I couldn’t literally see the question marks popping out of his gray matter, but the scientist was obviously unfamiliar with the truncated communication style of today’s youth.
“You were severely inebriated,” he objected, cautiously.
“Well, yeah…” I conceded. “I’d had a few…”
“Your blood alcohol level was three point seven,” Martin countered; he likes to be precise, but I think I mentioned that already.
“Three point seven! Right on!” I was extremely impressed with myself. This pleasure did not persist, however, since my inebriated condition was apparently being used against me here. My murderer was going to get away with it because the official opinion was that my self-induced state of intoxication was the cause of my tumble from the bridge. That’s just not what happened! And even worse, my buddies were going to think I was so wasted I died from my own stupidity. What kind of an obituary is that? “He was wasted and fell off a bridge!” So at that point, my vanity took over: the afterlife has to include a little bit of vindication, too.
“I was pushed,” I emphasized, perhaps somewhat more expressively than was absolutely necessary, but in any case Martin rubbed his temples and groaned.
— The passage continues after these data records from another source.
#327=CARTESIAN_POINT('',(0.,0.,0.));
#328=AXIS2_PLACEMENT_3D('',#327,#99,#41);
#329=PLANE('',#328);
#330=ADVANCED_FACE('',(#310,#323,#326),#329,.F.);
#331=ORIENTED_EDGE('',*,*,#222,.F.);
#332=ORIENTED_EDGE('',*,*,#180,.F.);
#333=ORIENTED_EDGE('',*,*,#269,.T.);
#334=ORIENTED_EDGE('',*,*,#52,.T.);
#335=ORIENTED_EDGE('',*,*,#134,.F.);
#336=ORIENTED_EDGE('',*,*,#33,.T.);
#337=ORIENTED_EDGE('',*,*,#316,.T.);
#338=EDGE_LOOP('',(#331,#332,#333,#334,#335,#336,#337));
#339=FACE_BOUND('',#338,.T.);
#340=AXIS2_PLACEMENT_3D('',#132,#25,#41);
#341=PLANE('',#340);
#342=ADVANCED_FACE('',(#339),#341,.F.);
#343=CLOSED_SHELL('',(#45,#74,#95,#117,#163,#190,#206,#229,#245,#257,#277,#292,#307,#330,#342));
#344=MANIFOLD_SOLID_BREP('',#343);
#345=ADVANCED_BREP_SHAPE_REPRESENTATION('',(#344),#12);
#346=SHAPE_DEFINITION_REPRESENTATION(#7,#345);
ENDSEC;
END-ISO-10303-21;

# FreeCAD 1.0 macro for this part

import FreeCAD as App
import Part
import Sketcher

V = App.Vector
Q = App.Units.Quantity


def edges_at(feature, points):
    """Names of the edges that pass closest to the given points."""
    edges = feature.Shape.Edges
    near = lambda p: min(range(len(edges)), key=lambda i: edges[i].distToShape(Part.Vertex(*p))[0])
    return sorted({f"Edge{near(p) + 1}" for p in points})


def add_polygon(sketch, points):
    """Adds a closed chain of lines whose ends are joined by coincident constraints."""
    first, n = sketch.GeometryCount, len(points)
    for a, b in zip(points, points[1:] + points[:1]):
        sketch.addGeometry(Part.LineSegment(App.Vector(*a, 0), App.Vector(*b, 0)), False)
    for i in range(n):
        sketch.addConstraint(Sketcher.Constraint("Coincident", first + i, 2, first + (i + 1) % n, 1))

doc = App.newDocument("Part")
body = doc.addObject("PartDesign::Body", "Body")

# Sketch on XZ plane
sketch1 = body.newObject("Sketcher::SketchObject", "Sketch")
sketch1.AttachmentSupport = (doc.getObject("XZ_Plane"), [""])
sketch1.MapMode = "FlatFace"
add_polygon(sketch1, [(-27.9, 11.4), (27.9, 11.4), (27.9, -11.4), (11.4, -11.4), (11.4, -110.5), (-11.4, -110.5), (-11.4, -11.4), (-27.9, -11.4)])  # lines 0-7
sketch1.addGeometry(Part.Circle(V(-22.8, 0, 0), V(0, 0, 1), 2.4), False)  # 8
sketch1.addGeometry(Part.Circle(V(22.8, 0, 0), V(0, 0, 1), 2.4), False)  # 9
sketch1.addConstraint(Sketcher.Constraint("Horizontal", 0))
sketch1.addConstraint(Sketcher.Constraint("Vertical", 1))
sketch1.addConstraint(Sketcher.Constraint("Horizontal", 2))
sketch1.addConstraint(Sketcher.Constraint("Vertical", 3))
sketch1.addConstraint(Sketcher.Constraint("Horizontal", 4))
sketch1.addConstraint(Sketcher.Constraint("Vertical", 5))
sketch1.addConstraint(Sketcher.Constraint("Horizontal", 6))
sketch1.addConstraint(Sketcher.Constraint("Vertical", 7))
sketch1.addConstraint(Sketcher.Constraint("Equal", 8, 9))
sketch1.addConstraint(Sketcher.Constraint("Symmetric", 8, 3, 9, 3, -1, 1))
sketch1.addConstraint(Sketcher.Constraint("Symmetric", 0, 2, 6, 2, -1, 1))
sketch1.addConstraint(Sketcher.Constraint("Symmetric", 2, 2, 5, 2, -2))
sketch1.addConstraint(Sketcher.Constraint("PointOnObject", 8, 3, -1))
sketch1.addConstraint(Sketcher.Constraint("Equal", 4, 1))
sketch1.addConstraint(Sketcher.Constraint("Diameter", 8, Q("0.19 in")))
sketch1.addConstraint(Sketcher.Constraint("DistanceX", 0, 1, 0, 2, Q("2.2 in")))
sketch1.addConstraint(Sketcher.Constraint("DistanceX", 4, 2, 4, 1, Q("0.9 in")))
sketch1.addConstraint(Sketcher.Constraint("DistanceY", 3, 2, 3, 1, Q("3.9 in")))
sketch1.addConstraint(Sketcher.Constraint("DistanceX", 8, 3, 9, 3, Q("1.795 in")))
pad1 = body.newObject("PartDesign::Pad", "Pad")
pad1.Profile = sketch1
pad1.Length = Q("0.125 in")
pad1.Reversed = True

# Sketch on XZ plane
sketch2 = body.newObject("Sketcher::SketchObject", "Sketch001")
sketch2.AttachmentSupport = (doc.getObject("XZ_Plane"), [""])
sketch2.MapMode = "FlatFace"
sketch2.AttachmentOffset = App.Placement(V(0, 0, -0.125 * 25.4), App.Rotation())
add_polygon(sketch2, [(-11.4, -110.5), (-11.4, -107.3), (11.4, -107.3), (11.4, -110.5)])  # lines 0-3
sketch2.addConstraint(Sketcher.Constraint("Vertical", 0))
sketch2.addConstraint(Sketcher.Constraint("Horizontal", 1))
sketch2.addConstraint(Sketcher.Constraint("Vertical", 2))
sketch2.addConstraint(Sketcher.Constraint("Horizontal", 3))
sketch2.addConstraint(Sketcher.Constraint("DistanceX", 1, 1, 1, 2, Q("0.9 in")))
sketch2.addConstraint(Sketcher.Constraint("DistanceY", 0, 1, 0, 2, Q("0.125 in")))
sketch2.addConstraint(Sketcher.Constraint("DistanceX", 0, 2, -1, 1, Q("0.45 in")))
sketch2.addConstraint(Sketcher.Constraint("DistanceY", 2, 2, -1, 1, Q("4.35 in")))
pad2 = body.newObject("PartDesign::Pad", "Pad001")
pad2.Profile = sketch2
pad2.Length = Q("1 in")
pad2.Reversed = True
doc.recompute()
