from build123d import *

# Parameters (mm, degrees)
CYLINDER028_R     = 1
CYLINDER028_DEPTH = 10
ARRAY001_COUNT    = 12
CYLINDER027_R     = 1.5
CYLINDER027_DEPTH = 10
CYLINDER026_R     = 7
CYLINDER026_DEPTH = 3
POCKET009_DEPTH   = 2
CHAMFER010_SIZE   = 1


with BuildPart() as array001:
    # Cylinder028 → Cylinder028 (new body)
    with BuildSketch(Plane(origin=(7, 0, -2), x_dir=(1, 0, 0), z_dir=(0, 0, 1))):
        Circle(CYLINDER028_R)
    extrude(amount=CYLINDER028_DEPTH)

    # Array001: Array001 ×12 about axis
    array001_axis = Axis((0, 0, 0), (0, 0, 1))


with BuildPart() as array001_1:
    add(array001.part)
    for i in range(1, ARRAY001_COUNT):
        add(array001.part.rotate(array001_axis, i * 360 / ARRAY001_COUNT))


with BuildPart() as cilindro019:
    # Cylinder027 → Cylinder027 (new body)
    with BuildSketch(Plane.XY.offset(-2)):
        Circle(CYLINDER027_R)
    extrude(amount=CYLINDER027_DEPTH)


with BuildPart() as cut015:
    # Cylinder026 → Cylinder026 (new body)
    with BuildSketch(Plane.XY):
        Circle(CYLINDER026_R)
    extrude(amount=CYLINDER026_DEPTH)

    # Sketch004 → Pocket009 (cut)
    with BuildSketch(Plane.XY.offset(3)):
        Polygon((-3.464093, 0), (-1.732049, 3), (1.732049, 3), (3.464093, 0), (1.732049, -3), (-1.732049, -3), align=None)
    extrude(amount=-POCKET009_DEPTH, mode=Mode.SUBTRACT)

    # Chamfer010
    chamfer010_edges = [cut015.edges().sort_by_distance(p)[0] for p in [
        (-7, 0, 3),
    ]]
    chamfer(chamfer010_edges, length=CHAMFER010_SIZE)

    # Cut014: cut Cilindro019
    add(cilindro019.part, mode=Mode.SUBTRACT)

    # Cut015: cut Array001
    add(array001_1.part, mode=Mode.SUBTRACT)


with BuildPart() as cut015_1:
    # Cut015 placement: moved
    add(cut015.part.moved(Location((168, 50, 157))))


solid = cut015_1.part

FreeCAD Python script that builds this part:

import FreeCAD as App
import Part
import Sketcher


def edges_at(feature, points):
    """Names of the edges that pass closest to the given points."""
    edges = feature.Shape.Edges
    near = lambda p: min(range(len(edges)), key=lambda i: edges[i].distToShape(Part.Vertex(*p))[0])
    return sorted({f"Edge{near(p) + 1}" for p in points})

doc = App.newDocument("Part")
body = doc.addObject("PartDesign::Body", "Body")

# Sketch on XY plane
sketch1 = body.newObject("Sketcher::SketchObject", "Sketch")
sketch1.AttachmentSupport = (doc.getObject("XY_Plane"), [""])
sketch1.MapMode = "FlatFace"
sketch1.AttachmentOffset = App.Placement(App.Vector(0, 0, -2), App.Rotation())
sketch1.addGeometry(Part.Circle(App.Vector(7, 0, 0), App.Vector(0, 0, 1), 1), False)
sketch1.addConstraint(Sketcher.Constraint("PointOnObject", 0, 3, -1))
sketch1.addConstraint(Sketcher.Constraint("Diameter", 0, 2.0))
sketch1.addConstraint(Sketcher.Constraint("DistanceX", -1, 1, 0, 3, 7.0))
pad1 = body.newObject("PartDesign::Pad", "Pad")
pad1.Profile = sketch1
pad1.Length = 10
body2 = doc.addObject("PartDesign::Body", "Body001")
body2.AllowCompound = True
doc.recompute()

body2.BaseFeature = body
doc.recompute()

body3 = doc.addObject("PartDesign::Body", "Body002")
body3.BaseFeature = body
body3.Placement = App.Placement(App.Vector(0, 0, 0), App.Rotation(App.Vector(0, 0, 1), 30))
boolean = body2.newObject("PartDesign::Boolean", "Boolean")
boolean.Type = "Fuse"
boolean.addObjects([body3])
doc.recompute()

body4 = doc.addObject("PartDesign::Body", "Body003")
body4.BaseFeature = body
body4.Placement = App.Placement(App.Vector(0, 0, 0), App.Rotation(App.Vector(0, 0, 1), 60))
boolean2 = body2.newObject("PartDesign::Boolean", "Boolean001")
boolean2.Type = "Fuse"
boolean2.addObjects([body4])
doc.recompute()

body5 = doc.addObject("PartDesign::Body", "Body004")
body5.BaseFeature = body
body5.Placement = App.Placement(App.Vector(0, 0, 0), App.Rotation(App.Vector(0, 0, 1), 90))
boolean3 = body2.newObject("PartDesign::Boolean", "Boolean002")
boolean3.Type = "Fuse"
boolean3.addObjects([body5])
doc.recompute()

body6 = doc.addObject("PartDesign::Body", "Body005")
body6.BaseFeature = body
body6.Placement = App.Placement(App.Vector(0, 0, 0), App.Rotation(App.Vector(0, 0, 1), 120))
boolean4 = body2.newObject("PartDesign::Boolean", "Boolean003")
boolean4.Type = "Fuse"
boolean4.addObjects([body6])
doc.recompute()

body7 = doc.addObject("PartDesign::Body", "Body006")
body7.BaseFeature = body
body7.Placement = App.Placement(App.Vector(0, 0, 0), App.Rotation(App.Vector(0, 0, 1), 150))
boolean5 = body2.newObject("PartDesign::Boolean", "Boolean004")
boolean5.Type = "Fuse"
boolean5.addObjects([body7])
doc.recompute()

body8 = doc.addObject("PartDesign::Body", "Body007")
body8.BaseFeature = body
body8.Placement = App.Placement(App.Vector(0, 0, 0), App.Rotation(App.Vector(0, 0, 1), 180))
boolean6 = body2.newObject("PartDesign::Boolean", "Boolean005")
boolean6.Type = "Fuse"
boolean6.addObjects([body8])
doc.recompute()

body9 = doc.addObject("PartDesign::Body", "Body008")
body9.BaseFeature = body
body9.Placement = App.Placement(App.Vector(0, 0, 0), App.Rotation(App.Vector(0, 0, 1), 210))
boolean7 = body2.newObject("PartDesign::Boolean", "Boolean006")
boolean7.Type = "Fuse"
boolean7.addObjects([body9])
doc.recompute()

body10 = doc.addObject("PartDesign::Body", "Body009")
body10.BaseFeature = body
body10.Placement = App.Placement(App.Vector(0, 0, 0), App.Rotation(App.Vector(0, 0, 1), 240))
boolean8 = body2.newObject("PartDesign::Boolean", "Boolean007")
boolean8.Type = "Fuse"
boolean8.addObjects([body10])
doc.recompute()

body11 = doc.addObject("PartDesign::Body", "Body010")
body11.BaseFeature = body
body11.Placement = App.Placement(App.Vector(0, 0, 0), App.Rotation(App.Vector(0, 0, 1), 270))
boolean9 = body2.newObject("PartDesign::Boolean", "Boolean008")
boolean9.Type = "Fuse"
boolean9.addObjects([body11])
doc.recompute()

body12 = doc.addObject("PartDesign::Body", "Body011")
body12.BaseFeature = body
body12.Placement = App.Placement(App.Vector(0, 0, 0), App.Rotation(App.Vector(0, 0, 1), 300))
boolean10 = body2.newObject("PartDesign::Boolean", "Boolean009")
boolean10.Type = "Fuse"
boolean10.addObjects([body12])
doc.recompute()

body.Placement = App.Placement(App.Vector(0, 0, 0), App.Rotation(App.Vector(0, 0, 1), 330))
boolean11 = body2.newObject("PartDesign::Boolean", "Boolean010")
boolean11.Type = "Fuse"
boolean11.addObjects([body])
body13 = doc.addObject("PartDesign::Body", "Body012")

# Sketch on XY plane
sketch2 = body13.newObject("Sketcher::SketchObject", "Sketch001")
sketch2.AttachmentSupport = (doc.getObject("XY_Plane012"), [""])
sketch2.MapMode = "FlatFace"
sketch2.AttachmentOffset = App.Placement(App.Vector(0, 0, -2), App.Rotation())
sketch2.addGeometry(Part.Circle(App.Vector(0, 0, 0), App.Vector(0, 0, 1), 1.5), False)
sketch2.addConstraint(Sketcher.Constraint("Coincident", 0, 3, -1, 1))
sketch2.addConstraint(Sketcher.Constraint("Diameter", 0, 3.0))
pad2 = body13.newObject("PartDesign::Pad", "Pad001")
pad2.Profile = sketch2
pad2.Length = 10
body14 = doc.addObject("PartDesign::Body", "Body013")

# Sketch on XY plane
sketch3 = body14.newObject("Sketcher::SketchObject", "Sketch002")
sketch3.AttachmentSupport = (doc.getObject("XY_Plane013"), [""])
sketch3.MapMode = "FlatFace"
sketch3.addGeometry(Part.Circle(App.Vector(0, 0, 0), App.Vector(0, 0, 1), 7), False)
sketch3.addConstraint(Sketcher.Constraint("Coincident", 0, 3, -1, 1))
sketch3.addConstraint(Sketcher.Constraint("Diameter", 0, 14.0))
pad3 = body14.newObject("PartDesign::Pad", "Pad002")
pad3.Profile = sketch3
pad3.Length = 3

# Sketch on XY plane
sketch4 = body14.newObject("Sketcher::SketchObject", "Sketch003")
sketch4.AttachmentSupport = (doc.getObject("XY_Plane013"), [""])
sketch4.MapMode = "FlatFace"
sketch4.AttachmentOffset = App.Placement(App.Vector(0, 0, 3), App.Rotation())
sketch4.addGeometry(Part.LineSegment(App.Vector(-1.7, 3, 0), App.Vector(-3.5, 0, 0)), False)
sketch4.addGeometry(Part.LineSegment(App.Vector(-3.5, 0, 0), App.Vector(-1.7, -3, 0)), False)
sketch4.addGeometry(Part.LineSegment(App.Vector(-1.7, -3, 0), App.Vector(1.7, -3, 0)), False)
sketch4.addGeometry(Part.LineSegment(App.Vector(1.7, -3, 0), App.Vector(3.5, 0, 0)), False)
sketch4.addGeometry(Part.LineSegment(App.Vector(3.5, 0, 0), App.Vector(1.7, 3, 0)), False)
sketch4.addGeometry(Part.LineSegment(App.Vector(1.7, 3, 0), App.Vector(-1.7, 3, 0)), False)
sketch4.addConstraint(Sketcher.Constraint("Coincident", 0, 2, 1, 1))
sketch4.addConstraint(Sketcher.Constraint("Coincident", 1, 2, 2, 1))
sketch4.addConstraint(Sketcher.Constraint("Coincident", 2, 2, 3, 1))
sketch4.addConstraint(Sketcher.Constraint("Coincident", 3, 2, 4, 1))
sketch4.addConstraint(Sketcher.Constraint("Coincident", 4, 2, 5, 1))
sketch4.addConstraint(Sketcher.Constraint("Coincident", 5, 2, 0, 1))
sketch4.addConstraint(Sketcher.Constraint("Horizontal", 2))
sketch4.addConstraint(Sketcher.Constraint("Horizontal", 5))
sketch4.addConstraint(Sketcher.Constraint("Symmetric", 0, 2, 3, 2, -1, 1))
sketch4.addConstraint(Sketcher.Constraint("Symmetric", 1, 2, 4, 2, -1, 1))
sketch4.addConstraint(Sketcher.Constraint("PointOnObject", 0, 2, -1))
sketch4.addConstraint(Sketcher.Constraint("Parallel", 0, 3))
sketch4.addConstraint(Sketcher.Constraint("Vertical", 2, 2, 4, 2))
sketch4.addConstraint(Sketcher.Constraint("DistanceY", 1, 2, -1, 1, 3.0))
sketch4.addConstraint(Sketcher.Constraint("Distance", 0, 3.464098))
sketch4.addConstraint(Sketcher.Constraint("DistanceX", 2, 1, 2, 2, 3.464098))
pocket1 = body14.newObject("PartDesign::Pocket", "Pocket")
pocket1.Profile = sketch4
pocket1.Length = 2
doc.recompute()

chamfer = body14.newObject("PartDesign::Chamfer", "Chamfer")
chamfer.Base = (pocket1, edges_at(pocket1, [(-7, 0, 3)]))
chamfer.Size = 1
doc.recompute()

boolean12 = body14.newObject("PartDesign::Boolean", "Boolean011")
boolean12.Type = "Cut"
boolean12.addObjects([body13])
doc.recompute()

boolean13 = body14.newObject("PartDesign::Boolean", "Boolean012")
boolean13.Type = "Cut"
boolean13.addObjects([body2])
body15 = doc.addObject("PartDesign::Body", "Body014")
doc.recompute()

body14.Placement = App.Placement(App.Vector(168, 50, 157), App.Rotation(App.Vector(0, 0, 1), 0))
boolean14 = body15.newObject("PartDesign::Boolean", "Boolean013")
boolean14.Type = "Fuse"
boolean14.addObjects([body14])

doc.recompute()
“All right,” he moaned. “Please stop yelling at me that way.”
“Take it easy,” I said, making an effort to sound cool
. “So tell me one more time exactly what the epitaph is that the cops are going to be carving onto my tombstone.”
I felt those question marks popping up again like bubbles in the bathtub when you let one, but Martin had already understood more or less what I wanted from him.
“The police investigation didn’t yield any suspicion of exogenous effect, nor did the autopsy. In view of the blood alcohol level, the snow on the stairs, and the poor condition of the railing, the cause of death was determined to be an accident resulting in fatality. However, there will also be an investigation because of the railing.”
“That’s bullshit,” I said clearly and distinctly.
Martin winced.
“You’ve got to tell them that’s not right,” I demanded.
I considered this demand to be logical and quite simple. Pick up the phone, call the cops, let them know, done. But of course with academic types nothing is easy, let alone straightforward.